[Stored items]
....

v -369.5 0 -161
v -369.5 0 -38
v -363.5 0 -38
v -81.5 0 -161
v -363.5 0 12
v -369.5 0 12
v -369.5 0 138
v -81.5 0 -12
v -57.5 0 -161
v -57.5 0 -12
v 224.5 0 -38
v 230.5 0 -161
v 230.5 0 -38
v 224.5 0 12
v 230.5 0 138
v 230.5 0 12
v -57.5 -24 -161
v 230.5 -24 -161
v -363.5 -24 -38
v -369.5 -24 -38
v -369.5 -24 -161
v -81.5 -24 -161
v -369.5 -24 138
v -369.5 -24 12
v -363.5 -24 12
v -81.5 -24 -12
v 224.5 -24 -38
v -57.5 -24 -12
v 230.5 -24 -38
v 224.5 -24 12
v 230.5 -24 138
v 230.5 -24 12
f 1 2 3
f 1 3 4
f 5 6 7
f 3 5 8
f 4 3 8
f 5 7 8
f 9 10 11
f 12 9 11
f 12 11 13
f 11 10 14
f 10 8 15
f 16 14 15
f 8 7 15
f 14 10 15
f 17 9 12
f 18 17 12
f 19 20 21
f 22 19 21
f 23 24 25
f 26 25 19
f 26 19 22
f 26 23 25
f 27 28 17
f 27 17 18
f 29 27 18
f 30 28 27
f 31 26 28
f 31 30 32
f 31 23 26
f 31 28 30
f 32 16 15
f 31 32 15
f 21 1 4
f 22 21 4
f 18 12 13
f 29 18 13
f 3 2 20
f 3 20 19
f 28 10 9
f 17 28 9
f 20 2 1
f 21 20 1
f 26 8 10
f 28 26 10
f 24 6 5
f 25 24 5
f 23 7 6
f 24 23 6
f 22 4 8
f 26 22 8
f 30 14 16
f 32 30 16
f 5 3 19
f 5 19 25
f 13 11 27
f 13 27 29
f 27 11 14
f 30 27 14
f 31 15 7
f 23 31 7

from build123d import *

# Parameters (mm, degrees)
F0_W     = 6
F0_H     = 50
F1_DEPTH = 24
F2_DEPTH = 96


with BuildPart() as f1:
    # F0 (on Front) → F1 (new body)
    with BuildSketch(Plane.XZ):
        Polygon((230.500006, 138), (-369.499994, 138), (-369.499994, 12), (-363.499994, 12), (-363.499994, -38), (-369.499994, -38), (-369.499994, -161), (-81.499994, -161), (-81.499994, -12), (-57.499994, -12), (-57.499994, -161), (230.500006, -161), (230.500006, -38), (224.500006, -38), (224.500006, 12), (230.500006, 12), align=None)
        with Locations((-366.499994, -13)):
            Rectangle(F0_W, F0_H)
        with Locations((227.500006, -13)):
            Rectangle(F0_W, F0_H)
    extrude(amount=F1_DEPTH)

    # F0 (on Front) → F2 (cut)
    with BuildSketch(Plane.XZ):
        with Locations((-366.499994, -13)):
            Rectangle(F0_W, F0_H)
        with Locations((227.500006, -13)):
            Rectangle(F0_W, F0_H)
    extrude(amount=F2_DEPTH, mode=Mode.SUBTRACT)


solid = f1.part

....

Your assignment:
Give every record again, exactly as it appears.

Written response:
v -369.5 0 -161
v -369.5 0 -38
v -363.5 0 -38
v -81.5 0 -161
v -363.5 0 12
v -369.5 0 12
v -369.5 0 138
v -81.5 0 -12
v -57.5 0 -161
v -57.5 0 -12
v 224.5 0 -38
v 230.5 0 -161
v 230.5 0 -38
v 224.5 0 12
v 230.5 0 138
v 230.5 0 12
v -57.5 -24 -161
v 230.5 -24 -161
v -363.5 -24 -38
v -369.5 -24 -38
v -369.5 -24 -161
v -81.5 -24 -161
v -369.5 -24 138
v -369.5 -24 12
v -363.5 -24 12
v -81.5 -24 -12
v 224.5 -24 -38
v -57.5 -24 -12
v 230.5 -24 -38
v 224.5 -24 12
v 230.5 -24 138
v 230.5 -24 12
f 1 2 3
f 1 3 4
f 5 6 7
f 3 5 8
f 4 3 8
f 5 7 8
f 9 10 11
f 12 9 11
f 12 11 13
f 11 10 14
f 10 8 15
f 16 14 15
f 8 7 15
f 14 10 15
f 17 9 12
f 18 17 12
f 19 20 21
f 22 19 21
f 23 24 25
f 26 25 19
f 26 19 22
f 26 23 25
f 27 28 17
f 27 17 18
f 29 27 18
f 30 28 27
f 31 26 28
f 31 30 32
f 31 23 26
f 31 28 30
f 32 16 15
f 31 32 15
f 21 1 4
f 22 21 4
f 18 12 13
f 29 18 13
f 3 2 20
f 3 20 19
f 28 10 9
f 17 28 9
f 20 2 1
f 21 20 1
f 26 8 10
f 28 26 10
f 24 6 5
f 25 24 5
f 23 7 6
f 24 23 6
f 22 4 8
f 26 22 8
f 30 14 16
f 32 30 16
f 5 3 19
f 5 19 25
f 13 11 27
f 13 27 29
f 27 11 14
f 30 27 14
f 31 15 7
f 23 31 7

from build123d import *

# Parameters (mm, degrees)
F0_W     = 6
F0_H     = 50
F1_DEPTH = 24
F2_DEPTH = 96


with BuildPart() as f1:
    # F0 (on Front) → F1 (new body)
    with BuildSketch(Plane.XZ):
        Polygon((230.500006, 138), (-369.499994, 138), (-369.499994, 12), (-363.499994, 12), (-363.499994, -38), (-369.499994, -38), (-369.499994, -161), (-81.499994, -161), (-81.499994, -12), (-57.499994, -12), (-57.499994, -161), (230.500006, -161), (230.500006, -38), (224.500006, -38), (224.500006, 12), (230.500006, 12), align=None)
        with Locations((-366.499994, -13)):
            Rectangle(F0_W, F0_H)
        with Locations((227.500006, -13)):
            Rectangle(F0_W, F0_H)
    extrude(amount=F1_DEPTH)

    # F0 (on Front) → F2 (cut)
    with BuildSketch(Plane.XZ):
        with Locations((-366.499994, -13)):
            Rectangle(F0_W, F0_H)
        with Locations((227.500006, -13)):
            Rectangle(F0_W, F0_H)
    extrude(amount=F2_DEPTH, mode=Mode.SUBTRACT)


solid = f1.part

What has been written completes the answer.